Make sure that the node’s partition where the VM’s disks are stored has not run out of space. If it has, free up more space for the VM.

If there is enough free space, evacuate the virtual machine (and any other critical data) from the physical disk it is stored on. Replace the physical disk as it is about to fail.

guestOsCrashed

Critical

A virtual machine has crashed after a BSOD or kernel panic in the guest OS.

Collected for VMs only.

Find out the reasons for the crash, fix the VM, and restart any services that will not do so automatically.

nodeSMARTDiskError

Critical

A S.M.A.R.T counter for a node’s disk is below threshold.

The node’s disk is about to fail. Replace it as soon as possible.

nodeSMARTDiskWarning

Warning

A S.M.A.R.T counter for a node’s disk is greater than zero.

Inspect the health of node’s disk. You may need to replace it soon.

highCPUusage

Warning

Virtual environments’s CPU usage has been over 90% for the last 10 minutes.

The alert is disabled by default.

Check the virtual environment for potential problems, including software issues or malware.

These alerts are disabled by default. To enable any of them, uncomment them in vz-alerts.yml and restart Prometheus.

highMemUsage

Warning

Virtual environments’s memory usage has been over 95% for the last 10 minutes.

The alert is disabled by default.

cpuUsageIncrease

Warning

Virtual environments’s CPU usage has greatly increased compared to the previous week.

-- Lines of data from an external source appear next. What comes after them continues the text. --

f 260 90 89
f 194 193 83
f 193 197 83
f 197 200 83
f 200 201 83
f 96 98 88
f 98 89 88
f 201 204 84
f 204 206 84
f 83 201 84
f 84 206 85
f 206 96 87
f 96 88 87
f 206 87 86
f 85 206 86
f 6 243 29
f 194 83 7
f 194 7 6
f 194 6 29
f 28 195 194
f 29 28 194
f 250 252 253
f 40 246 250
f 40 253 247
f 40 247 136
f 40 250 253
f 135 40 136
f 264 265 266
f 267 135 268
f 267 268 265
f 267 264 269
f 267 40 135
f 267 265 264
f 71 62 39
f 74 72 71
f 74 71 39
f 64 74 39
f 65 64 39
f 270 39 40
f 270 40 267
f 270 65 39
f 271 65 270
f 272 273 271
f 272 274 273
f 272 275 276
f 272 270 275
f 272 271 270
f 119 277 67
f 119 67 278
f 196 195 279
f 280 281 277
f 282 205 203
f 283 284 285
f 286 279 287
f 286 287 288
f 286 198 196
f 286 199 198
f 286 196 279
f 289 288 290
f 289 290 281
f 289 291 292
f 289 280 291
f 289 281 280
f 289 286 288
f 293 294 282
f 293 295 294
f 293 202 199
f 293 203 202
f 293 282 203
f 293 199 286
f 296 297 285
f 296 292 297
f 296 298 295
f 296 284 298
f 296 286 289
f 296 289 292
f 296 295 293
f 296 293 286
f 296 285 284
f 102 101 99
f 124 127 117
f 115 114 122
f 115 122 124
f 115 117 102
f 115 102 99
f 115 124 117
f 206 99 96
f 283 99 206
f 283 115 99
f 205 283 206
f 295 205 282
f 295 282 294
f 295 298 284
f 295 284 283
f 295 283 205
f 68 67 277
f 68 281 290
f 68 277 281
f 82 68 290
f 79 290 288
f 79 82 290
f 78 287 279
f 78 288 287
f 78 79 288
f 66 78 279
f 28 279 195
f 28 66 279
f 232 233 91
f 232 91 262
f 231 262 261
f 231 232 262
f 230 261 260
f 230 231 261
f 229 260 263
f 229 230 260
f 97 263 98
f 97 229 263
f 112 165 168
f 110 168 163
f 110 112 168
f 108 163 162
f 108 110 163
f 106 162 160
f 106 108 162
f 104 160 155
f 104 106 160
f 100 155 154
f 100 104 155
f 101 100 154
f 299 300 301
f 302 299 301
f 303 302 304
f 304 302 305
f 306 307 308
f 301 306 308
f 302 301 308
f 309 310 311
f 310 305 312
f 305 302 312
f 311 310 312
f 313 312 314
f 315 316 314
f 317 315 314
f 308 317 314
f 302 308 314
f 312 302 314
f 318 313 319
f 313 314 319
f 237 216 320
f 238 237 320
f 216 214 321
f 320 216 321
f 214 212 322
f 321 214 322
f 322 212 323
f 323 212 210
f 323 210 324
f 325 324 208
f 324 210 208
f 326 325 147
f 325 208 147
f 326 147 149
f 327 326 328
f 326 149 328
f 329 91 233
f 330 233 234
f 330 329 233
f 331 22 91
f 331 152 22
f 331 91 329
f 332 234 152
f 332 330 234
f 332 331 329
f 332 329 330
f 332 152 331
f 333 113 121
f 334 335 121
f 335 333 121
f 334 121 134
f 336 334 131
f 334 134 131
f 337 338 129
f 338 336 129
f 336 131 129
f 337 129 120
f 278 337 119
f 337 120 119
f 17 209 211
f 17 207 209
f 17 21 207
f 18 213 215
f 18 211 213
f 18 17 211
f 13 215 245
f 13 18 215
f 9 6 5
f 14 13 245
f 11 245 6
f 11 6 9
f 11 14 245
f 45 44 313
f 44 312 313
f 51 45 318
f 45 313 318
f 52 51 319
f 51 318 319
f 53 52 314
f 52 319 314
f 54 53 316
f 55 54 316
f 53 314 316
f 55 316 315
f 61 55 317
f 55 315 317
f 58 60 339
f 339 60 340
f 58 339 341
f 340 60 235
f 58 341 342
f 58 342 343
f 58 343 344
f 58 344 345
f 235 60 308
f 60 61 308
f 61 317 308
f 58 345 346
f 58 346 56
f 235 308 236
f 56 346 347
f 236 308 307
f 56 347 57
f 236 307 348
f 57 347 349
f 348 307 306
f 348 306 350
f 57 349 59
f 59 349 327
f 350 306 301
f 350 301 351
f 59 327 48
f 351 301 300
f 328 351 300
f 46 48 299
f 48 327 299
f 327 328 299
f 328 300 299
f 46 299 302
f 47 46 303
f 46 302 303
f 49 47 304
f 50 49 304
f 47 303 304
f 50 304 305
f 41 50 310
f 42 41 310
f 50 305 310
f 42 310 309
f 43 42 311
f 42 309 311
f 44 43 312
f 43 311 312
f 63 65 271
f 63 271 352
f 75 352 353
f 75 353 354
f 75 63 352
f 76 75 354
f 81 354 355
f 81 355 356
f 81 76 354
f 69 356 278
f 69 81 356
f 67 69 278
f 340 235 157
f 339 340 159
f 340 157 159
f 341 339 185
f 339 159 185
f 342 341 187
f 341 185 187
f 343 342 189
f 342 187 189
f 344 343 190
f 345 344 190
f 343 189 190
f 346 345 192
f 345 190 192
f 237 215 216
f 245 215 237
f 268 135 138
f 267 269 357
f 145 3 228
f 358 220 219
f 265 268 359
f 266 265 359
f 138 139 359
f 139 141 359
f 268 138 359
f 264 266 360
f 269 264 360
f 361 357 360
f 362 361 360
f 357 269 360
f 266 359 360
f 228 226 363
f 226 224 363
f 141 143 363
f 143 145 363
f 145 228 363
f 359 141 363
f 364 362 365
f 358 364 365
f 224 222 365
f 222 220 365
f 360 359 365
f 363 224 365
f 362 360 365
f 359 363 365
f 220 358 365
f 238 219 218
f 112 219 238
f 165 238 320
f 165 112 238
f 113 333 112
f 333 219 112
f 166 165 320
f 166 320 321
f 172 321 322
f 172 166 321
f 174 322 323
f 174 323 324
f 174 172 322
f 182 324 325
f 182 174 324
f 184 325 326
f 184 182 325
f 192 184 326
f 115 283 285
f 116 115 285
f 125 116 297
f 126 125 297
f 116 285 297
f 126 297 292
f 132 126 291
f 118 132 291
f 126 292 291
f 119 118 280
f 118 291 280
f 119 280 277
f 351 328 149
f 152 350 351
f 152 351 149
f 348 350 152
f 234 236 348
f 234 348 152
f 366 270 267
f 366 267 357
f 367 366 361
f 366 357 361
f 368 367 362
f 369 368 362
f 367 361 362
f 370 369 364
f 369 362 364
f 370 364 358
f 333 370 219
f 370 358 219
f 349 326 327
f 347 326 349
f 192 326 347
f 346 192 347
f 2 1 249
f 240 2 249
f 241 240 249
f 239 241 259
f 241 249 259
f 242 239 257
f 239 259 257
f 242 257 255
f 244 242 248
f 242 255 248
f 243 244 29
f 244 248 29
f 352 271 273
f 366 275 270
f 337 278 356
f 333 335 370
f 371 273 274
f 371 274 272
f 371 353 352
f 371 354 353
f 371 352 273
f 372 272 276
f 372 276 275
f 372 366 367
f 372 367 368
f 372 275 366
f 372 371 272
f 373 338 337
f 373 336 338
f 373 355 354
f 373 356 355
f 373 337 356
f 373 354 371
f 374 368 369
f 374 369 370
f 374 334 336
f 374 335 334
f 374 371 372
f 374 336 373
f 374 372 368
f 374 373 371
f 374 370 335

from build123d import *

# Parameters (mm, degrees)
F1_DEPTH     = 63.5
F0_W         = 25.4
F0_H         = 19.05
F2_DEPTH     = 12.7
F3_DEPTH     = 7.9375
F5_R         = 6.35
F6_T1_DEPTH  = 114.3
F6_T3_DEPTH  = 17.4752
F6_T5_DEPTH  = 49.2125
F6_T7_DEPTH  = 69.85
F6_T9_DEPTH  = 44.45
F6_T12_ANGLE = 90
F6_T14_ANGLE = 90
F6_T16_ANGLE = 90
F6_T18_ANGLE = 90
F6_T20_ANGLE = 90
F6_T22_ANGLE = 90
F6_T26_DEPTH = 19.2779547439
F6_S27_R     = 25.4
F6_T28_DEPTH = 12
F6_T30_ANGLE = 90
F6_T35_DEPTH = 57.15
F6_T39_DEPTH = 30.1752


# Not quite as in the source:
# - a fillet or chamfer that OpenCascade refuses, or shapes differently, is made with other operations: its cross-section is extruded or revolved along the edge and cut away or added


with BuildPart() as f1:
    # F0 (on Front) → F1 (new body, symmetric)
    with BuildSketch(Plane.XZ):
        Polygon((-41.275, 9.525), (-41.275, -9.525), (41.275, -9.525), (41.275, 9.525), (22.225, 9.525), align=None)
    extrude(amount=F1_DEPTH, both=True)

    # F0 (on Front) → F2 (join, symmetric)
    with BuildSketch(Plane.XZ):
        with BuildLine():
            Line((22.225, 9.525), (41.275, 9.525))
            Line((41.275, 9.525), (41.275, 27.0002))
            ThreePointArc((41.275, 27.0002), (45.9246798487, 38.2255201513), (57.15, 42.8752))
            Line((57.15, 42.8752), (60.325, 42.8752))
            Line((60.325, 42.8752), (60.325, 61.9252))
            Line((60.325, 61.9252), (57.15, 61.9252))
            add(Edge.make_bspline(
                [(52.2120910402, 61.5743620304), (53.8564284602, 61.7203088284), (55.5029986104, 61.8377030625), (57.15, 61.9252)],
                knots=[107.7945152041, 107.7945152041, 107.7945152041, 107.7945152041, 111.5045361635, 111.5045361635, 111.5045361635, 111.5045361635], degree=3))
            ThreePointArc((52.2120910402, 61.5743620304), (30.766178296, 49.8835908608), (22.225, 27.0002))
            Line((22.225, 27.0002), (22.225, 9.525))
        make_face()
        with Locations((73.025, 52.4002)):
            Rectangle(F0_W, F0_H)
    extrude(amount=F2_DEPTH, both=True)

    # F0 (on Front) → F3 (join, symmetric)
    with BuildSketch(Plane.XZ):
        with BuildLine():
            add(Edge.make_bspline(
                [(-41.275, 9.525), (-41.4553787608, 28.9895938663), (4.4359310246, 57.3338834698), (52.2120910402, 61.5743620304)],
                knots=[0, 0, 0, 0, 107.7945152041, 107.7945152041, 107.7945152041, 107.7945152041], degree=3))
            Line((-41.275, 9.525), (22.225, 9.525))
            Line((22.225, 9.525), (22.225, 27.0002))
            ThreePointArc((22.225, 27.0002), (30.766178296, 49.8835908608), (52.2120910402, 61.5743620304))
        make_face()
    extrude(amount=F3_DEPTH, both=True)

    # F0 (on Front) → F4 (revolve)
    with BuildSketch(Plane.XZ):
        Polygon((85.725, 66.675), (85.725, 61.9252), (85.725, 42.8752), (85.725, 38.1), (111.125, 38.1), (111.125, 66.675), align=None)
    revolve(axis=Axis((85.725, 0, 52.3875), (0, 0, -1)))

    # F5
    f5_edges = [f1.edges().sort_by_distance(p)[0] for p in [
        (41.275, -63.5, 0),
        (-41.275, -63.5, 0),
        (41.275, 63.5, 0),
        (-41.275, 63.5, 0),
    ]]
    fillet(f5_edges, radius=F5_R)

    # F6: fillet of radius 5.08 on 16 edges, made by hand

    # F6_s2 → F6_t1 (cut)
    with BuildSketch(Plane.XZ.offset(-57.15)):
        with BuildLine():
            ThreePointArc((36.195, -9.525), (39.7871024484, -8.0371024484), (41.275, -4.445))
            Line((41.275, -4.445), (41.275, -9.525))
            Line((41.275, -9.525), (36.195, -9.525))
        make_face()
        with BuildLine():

The alert is disabled by default.

memUsageIncrease

Warning

Virtual environments’s memory usage has greatly increased compared to the previous week.

The alert is disabled by default.

nodeHighDiskWriteLatency

Warning

Write operation latency for a node’s disk has been too high for the last 10 seconds.

Find and fix the reason why the I/O requests have been taking so long. Reasons can be high I/O load or deterioration of the disk’s health.

nodeHighDiskReadLatency

Warning

Read operation latency for a node’s disk has been too high for the last 10 seconds.

pendingKernelReboot

Warning

The node has been updated but not rebooted to the latest kernel.

Reboot the node and switch to the latest kernel.

lowPageCache

Warning

The node has high load average and very small page cache. The node is overloaded, possibly due to memory overcommitment.

Find out why the node is overloaded. If the node is overloaded due to overselling, migrate some of its virtual environments to other nodes.

highPfcacheUsage

Warning

Node’s pfcache disk is 90% full and may run out of space.

Add more space to the pfcache disk or clean it up. For details, see the Knowledge Base.

highVstorageMountLatency

Warning

The latency of vstorage-mount requests on a node has been too high for the last 10 seconds.

Check the health of the Virtuozzo Storage and its components. Fix the found issues.

slowIoRequest

Info

Virtual machine’s I/O requests have been taking longer than 10 seconds.

Inspect the storage, be it local disks or Virtuozzo Storage, for potential issues and fix them.

unresponsiveBalloonDriver

Info

Virtual machine’s balloon driver is not responding. The VM has stopped reporting its memory usage statistics and is not releasing node’s memory automatically.

Find out what has happened to the virtio_balloon kernel module inside the VM. Reload the module.